Nani’s third opera, Agnese Visconti, in four acts, to another Golisciani libretto, was first heard at the Teatru Rjal on 13 January 1889. Golisciani based his plot on the well-known life of Agnese Visconti (1363-91). Agnese’s father, Bernabò, a brutal enemy of the Catholic Church, had married her to Francesco Gonzaga, warlord and ruler of Mantua, who was often unfaithful to her. Agnese was later accused by her husband of having committed adultery with Antonio (in the opera Rodolfo) Scandiano. The denunciation may not have been true, for by then Gonzaga wanted to terminate his alliance with Bernabò. To break it off completely, Agnese had to die; she was put to death in Mantua in 1391 along with her suspected lover. Agnese Visconti was performed nine times to full houses during the 1888-89 season and was an outstanding success both artistically and financially. It was staged again during the 1900-01 season with another stellar cast.
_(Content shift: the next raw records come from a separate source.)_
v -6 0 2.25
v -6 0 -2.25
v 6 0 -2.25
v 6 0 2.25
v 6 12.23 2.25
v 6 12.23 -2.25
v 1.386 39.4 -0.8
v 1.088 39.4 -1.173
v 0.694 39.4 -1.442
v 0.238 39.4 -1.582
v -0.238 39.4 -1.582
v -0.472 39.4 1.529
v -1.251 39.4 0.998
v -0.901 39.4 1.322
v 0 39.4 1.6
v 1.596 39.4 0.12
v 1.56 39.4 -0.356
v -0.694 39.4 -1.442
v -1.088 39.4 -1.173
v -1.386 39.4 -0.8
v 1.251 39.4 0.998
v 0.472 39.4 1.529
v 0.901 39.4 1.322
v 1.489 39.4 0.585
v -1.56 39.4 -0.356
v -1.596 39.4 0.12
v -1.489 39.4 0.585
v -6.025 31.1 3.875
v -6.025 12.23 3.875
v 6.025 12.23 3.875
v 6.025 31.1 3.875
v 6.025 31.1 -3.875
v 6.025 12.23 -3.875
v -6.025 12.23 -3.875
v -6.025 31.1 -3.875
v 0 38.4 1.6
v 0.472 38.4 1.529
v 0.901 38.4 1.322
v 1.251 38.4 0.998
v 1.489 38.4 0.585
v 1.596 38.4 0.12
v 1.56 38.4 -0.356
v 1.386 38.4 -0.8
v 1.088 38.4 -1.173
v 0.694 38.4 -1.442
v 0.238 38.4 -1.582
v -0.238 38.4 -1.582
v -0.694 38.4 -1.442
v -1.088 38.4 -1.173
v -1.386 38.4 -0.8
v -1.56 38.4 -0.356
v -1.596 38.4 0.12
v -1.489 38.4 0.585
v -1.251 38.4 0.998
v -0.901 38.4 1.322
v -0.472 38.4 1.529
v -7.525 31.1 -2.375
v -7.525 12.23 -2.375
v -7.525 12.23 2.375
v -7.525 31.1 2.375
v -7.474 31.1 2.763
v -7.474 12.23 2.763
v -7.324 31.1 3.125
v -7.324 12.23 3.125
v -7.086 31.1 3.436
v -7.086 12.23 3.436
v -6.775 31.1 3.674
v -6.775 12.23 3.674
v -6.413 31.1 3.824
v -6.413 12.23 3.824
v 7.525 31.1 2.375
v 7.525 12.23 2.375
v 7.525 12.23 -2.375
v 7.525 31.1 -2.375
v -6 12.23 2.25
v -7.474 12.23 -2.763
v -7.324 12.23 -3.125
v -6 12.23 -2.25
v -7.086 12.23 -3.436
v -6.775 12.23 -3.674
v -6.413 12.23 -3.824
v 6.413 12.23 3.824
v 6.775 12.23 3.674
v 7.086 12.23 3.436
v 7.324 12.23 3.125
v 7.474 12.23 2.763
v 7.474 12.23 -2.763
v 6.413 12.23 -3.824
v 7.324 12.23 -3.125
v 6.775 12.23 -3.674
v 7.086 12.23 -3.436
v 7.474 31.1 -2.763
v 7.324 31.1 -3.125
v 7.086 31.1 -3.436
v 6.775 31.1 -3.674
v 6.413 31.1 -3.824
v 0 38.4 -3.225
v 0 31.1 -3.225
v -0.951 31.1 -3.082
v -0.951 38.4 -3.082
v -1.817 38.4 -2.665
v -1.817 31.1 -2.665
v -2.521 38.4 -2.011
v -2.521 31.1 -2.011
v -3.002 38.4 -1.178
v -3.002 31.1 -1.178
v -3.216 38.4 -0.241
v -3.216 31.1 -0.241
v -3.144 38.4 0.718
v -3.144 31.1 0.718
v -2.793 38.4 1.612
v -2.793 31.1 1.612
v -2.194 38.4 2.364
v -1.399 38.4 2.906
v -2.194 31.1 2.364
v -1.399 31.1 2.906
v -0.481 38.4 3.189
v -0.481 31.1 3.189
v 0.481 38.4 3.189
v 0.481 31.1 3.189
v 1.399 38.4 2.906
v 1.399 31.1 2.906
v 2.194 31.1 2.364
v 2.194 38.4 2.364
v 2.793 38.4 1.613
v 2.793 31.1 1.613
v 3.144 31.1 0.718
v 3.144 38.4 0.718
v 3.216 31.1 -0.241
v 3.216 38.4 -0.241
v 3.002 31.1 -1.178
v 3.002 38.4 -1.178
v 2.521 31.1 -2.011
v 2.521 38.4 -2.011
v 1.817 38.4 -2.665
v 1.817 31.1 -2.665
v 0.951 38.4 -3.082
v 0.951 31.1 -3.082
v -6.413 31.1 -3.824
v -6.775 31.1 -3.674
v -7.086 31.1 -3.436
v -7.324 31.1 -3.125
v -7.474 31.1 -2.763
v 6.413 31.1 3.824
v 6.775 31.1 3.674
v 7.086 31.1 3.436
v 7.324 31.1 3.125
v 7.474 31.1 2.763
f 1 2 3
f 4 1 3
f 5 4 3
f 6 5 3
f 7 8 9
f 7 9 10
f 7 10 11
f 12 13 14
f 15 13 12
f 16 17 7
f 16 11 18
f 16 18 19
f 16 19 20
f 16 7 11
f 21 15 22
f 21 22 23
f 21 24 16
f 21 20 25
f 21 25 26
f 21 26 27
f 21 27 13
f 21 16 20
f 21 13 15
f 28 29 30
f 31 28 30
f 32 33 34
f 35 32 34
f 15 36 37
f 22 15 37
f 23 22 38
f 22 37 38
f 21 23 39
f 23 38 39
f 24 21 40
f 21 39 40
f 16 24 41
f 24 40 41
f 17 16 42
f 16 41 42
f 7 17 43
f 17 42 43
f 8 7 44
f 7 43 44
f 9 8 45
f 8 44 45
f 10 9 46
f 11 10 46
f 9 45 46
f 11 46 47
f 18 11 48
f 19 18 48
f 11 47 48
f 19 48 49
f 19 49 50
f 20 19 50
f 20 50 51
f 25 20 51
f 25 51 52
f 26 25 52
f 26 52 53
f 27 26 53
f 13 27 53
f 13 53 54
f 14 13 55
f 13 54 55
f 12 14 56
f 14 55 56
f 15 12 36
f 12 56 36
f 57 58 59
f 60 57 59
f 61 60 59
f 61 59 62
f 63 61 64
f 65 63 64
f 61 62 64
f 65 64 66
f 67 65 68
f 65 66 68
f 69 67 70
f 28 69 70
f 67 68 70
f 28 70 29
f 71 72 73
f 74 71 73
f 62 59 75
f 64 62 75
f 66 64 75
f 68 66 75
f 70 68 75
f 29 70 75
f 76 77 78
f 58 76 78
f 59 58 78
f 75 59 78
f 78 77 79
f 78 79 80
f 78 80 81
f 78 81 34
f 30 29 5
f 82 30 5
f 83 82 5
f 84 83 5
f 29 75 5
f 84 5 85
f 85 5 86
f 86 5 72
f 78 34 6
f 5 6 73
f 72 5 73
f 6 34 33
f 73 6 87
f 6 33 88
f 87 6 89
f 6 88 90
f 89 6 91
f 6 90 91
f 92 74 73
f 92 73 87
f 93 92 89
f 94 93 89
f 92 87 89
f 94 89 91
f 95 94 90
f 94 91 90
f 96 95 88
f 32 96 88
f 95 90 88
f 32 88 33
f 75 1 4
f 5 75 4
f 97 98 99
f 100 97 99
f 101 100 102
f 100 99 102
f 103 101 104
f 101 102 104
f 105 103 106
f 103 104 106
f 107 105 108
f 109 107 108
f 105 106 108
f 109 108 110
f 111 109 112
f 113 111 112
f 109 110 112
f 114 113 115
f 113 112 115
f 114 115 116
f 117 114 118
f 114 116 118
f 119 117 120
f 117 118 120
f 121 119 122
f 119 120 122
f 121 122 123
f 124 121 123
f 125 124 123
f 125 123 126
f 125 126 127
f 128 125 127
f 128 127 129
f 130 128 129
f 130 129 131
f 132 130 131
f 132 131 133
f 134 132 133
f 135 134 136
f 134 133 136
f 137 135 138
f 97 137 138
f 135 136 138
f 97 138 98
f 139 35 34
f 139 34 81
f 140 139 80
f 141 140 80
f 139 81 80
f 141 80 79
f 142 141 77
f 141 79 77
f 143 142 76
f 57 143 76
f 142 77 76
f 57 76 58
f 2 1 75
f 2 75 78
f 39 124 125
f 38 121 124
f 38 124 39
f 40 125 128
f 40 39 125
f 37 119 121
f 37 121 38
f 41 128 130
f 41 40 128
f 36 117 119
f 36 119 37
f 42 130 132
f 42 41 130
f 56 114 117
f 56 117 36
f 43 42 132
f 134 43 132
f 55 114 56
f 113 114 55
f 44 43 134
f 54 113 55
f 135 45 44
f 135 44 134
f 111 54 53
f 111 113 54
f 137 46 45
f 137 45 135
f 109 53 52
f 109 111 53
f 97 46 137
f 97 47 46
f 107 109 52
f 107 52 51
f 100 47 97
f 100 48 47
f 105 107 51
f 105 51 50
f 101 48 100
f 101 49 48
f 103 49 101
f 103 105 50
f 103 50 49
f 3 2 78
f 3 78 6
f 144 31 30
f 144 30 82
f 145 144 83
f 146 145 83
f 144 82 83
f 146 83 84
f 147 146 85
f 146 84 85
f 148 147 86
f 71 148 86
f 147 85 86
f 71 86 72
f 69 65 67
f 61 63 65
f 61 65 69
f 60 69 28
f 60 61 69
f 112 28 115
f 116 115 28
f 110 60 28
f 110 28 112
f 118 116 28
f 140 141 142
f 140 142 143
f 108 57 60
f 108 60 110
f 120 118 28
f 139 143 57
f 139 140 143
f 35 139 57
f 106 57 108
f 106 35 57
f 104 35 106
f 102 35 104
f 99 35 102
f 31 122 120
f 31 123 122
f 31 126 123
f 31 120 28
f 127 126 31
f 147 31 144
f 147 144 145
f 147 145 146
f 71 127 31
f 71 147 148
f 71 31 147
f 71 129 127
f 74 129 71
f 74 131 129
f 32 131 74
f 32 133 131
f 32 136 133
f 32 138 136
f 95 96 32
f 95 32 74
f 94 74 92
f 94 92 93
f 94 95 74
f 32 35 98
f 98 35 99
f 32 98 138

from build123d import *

# Parameters (mm, degrees)
SKETCH1_W           = 12
SKETCH1_H           = 4.5
BOSS_EXTRUDE1_DEPTH = 12.23
BOSS_EXTRUDE2_DEPTH = 18.87
SKETCH3_R           = 3.225
BOSS_EXTRUDE3_DEPTH = 7.3
SKETCH4_R           = 1.6
BOSS_EXTRUDE4_DEPTH = 1


with BuildPart() as part:
    # Sketch1 → Boss-Extrude1 (new body)
    with BuildSketch(Plane(origin=(0, 0, 0), x_dir=(1, 0, 0), z_dir=(0, 1, 0))):
        Rectangle(SKETCH1_W, SKETCH1_H)
    extrude(amount=BOSS_EXTRUDE1_DEPTH)

    # Sketch2 → Boss-Extrude2 (add)
    with BuildSketch(Plane(origin=(0, 12.23, 0), x_dir=(1, 0, 0), z_dir=(0, 1, 0))):
        with BuildLine():
            Line((-6.025, -3.875), (6.025, -3.875))
            ThreePointArc((6.025, -3.875), (7.085660172, -3.435660172), (7.525, -2.375))
            Line((7.525, -2.375), (7.525, 2.375))
            ThreePointArc((7.525, 2.375), (7.085660172, 3.435660172), (6.025, 3.875))
            Line((6.025, 3.875), (-6.025, 3.875))
            ThreePointArc((-6.025, 3.875), (-7.085660172, 3.435660172), (-7.525, 2.375))
            Line((-7.525, 2.375), (-7.525, -2.375))
            ThreePointArc((-7.525, -2.375), (-7.085660172, -3.435660172), (-6.025, -3.875))
        make_face()
    extrude(amount=BOSS_EXTRUDE2_DEPTH)

    # Sketch3 → Boss-Extrude3 (add)
    with BuildSketch(Plane(origin=(0, 31.1, 0), x_dir=(1, 0, 0), z_dir=(0, 1, 0))):
        with Locations(Location((0, 0, 0), (0, 0, 90))):
            Circle(SKETCH3_R)
    extrude(amount=BOSS_EXTRUDE3_DEPTH)

    # Sketch4 → Boss-Extrude4 (add)
    with BuildSketch(Plane(origin=(0, 38.4, 0), x_dir=(1, 0, 0), z_dir=(0, 1, 0))):
        with Locations(Location((0, 0, 0), (0, 0, 270))):
            Circle(SKETCH4_R)
    extrude(amount=BOSS_EXTRUDE4_DEPTH)


solid = part.part
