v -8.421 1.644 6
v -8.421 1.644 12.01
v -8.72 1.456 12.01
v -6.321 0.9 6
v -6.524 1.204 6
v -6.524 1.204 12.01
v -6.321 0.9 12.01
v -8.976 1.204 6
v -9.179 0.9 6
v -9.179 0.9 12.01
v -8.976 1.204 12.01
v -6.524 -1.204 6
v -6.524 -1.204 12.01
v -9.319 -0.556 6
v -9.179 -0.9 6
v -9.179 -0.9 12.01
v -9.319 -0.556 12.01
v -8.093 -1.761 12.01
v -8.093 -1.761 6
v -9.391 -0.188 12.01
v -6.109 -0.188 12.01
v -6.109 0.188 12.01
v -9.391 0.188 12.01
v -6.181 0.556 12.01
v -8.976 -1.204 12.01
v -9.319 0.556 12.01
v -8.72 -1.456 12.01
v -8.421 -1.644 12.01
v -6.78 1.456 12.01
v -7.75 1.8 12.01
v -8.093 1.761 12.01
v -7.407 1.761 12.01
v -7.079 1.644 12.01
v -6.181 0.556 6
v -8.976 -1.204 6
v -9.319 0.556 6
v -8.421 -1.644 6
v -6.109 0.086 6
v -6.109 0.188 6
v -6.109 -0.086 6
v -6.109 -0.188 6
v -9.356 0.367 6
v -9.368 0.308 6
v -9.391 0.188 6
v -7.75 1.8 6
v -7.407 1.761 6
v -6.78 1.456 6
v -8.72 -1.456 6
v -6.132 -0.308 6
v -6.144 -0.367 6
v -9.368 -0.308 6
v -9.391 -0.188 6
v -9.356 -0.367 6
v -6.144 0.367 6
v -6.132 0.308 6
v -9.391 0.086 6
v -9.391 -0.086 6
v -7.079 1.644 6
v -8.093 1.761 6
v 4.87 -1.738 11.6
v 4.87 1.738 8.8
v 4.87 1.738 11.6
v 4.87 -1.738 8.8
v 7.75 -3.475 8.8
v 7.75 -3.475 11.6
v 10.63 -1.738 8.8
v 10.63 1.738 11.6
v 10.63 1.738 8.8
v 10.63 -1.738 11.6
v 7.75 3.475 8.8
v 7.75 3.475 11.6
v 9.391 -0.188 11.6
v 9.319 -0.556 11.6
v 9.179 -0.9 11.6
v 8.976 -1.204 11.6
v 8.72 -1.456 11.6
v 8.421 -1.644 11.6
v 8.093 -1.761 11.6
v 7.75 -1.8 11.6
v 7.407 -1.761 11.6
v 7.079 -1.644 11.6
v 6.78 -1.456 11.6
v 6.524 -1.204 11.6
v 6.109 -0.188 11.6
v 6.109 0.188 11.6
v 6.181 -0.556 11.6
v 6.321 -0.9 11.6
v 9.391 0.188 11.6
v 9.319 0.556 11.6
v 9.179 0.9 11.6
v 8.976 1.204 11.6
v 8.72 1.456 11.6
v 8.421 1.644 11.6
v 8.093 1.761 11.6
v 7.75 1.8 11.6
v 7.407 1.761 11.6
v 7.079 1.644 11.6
There was another significant activity that Antonio assumed in the opera house. For four seasons, between 1885 and 1889, he was the Teatru Rjal impresario. The media praised Antonio’s work, signposting the stunning new costumes and operatic sets, the extended seasons that resulted in a greater number of different operas being performed and the often excellent productions and performances.

Antonio’s interest in the operatic theatre had to be balanced with familial obligations. The main earning source the family had was the ecclesiastical services it provided through its cappella di musica to a growing number of commissioning churches. While his father Paolo was alive, Antonio’s obligations were to help him run the cappella and write appropriate congregation-pleasing liturgical works, jobs which he did superbly. On his father’s death on 22 March 1904, he inherited the cappella and, with it, all its responsibilities.

But the 20th century brought with it certain defining events in ecclesiastical music There was, especially, Pope Pius X’s Tra le sollecitudini, a motu proprio issued on 22 November 1903 which delineated the type of music the Pope considered fit for the holy liturgy – definitely the operatically inspired liturgical works of the Nanis was not in line with the Pope’s edicts and could no longer be performed, fit only to accumulate dust in the Nani archives. The family heirloom which Antonio was able to pass on to his son Paul on his death on 25 February 1929 was thus only a shadow of what it used to be and a notable phase in Malta’s musical history slowly sank into relative oblivion.

Particularly during the 19th century, the cappelle di musica of the Nani and Bugeja dynasties executed liturgical music whose brilliance was equal to that executed anywhere else. It was not for nothing that churches, packed to overflowing with excited congregations to hear works whose aesthetic was the opera often interpreted by operatic singers commissioned from the theatre by the maestro di cappella, were then known as the poor man’s opera house.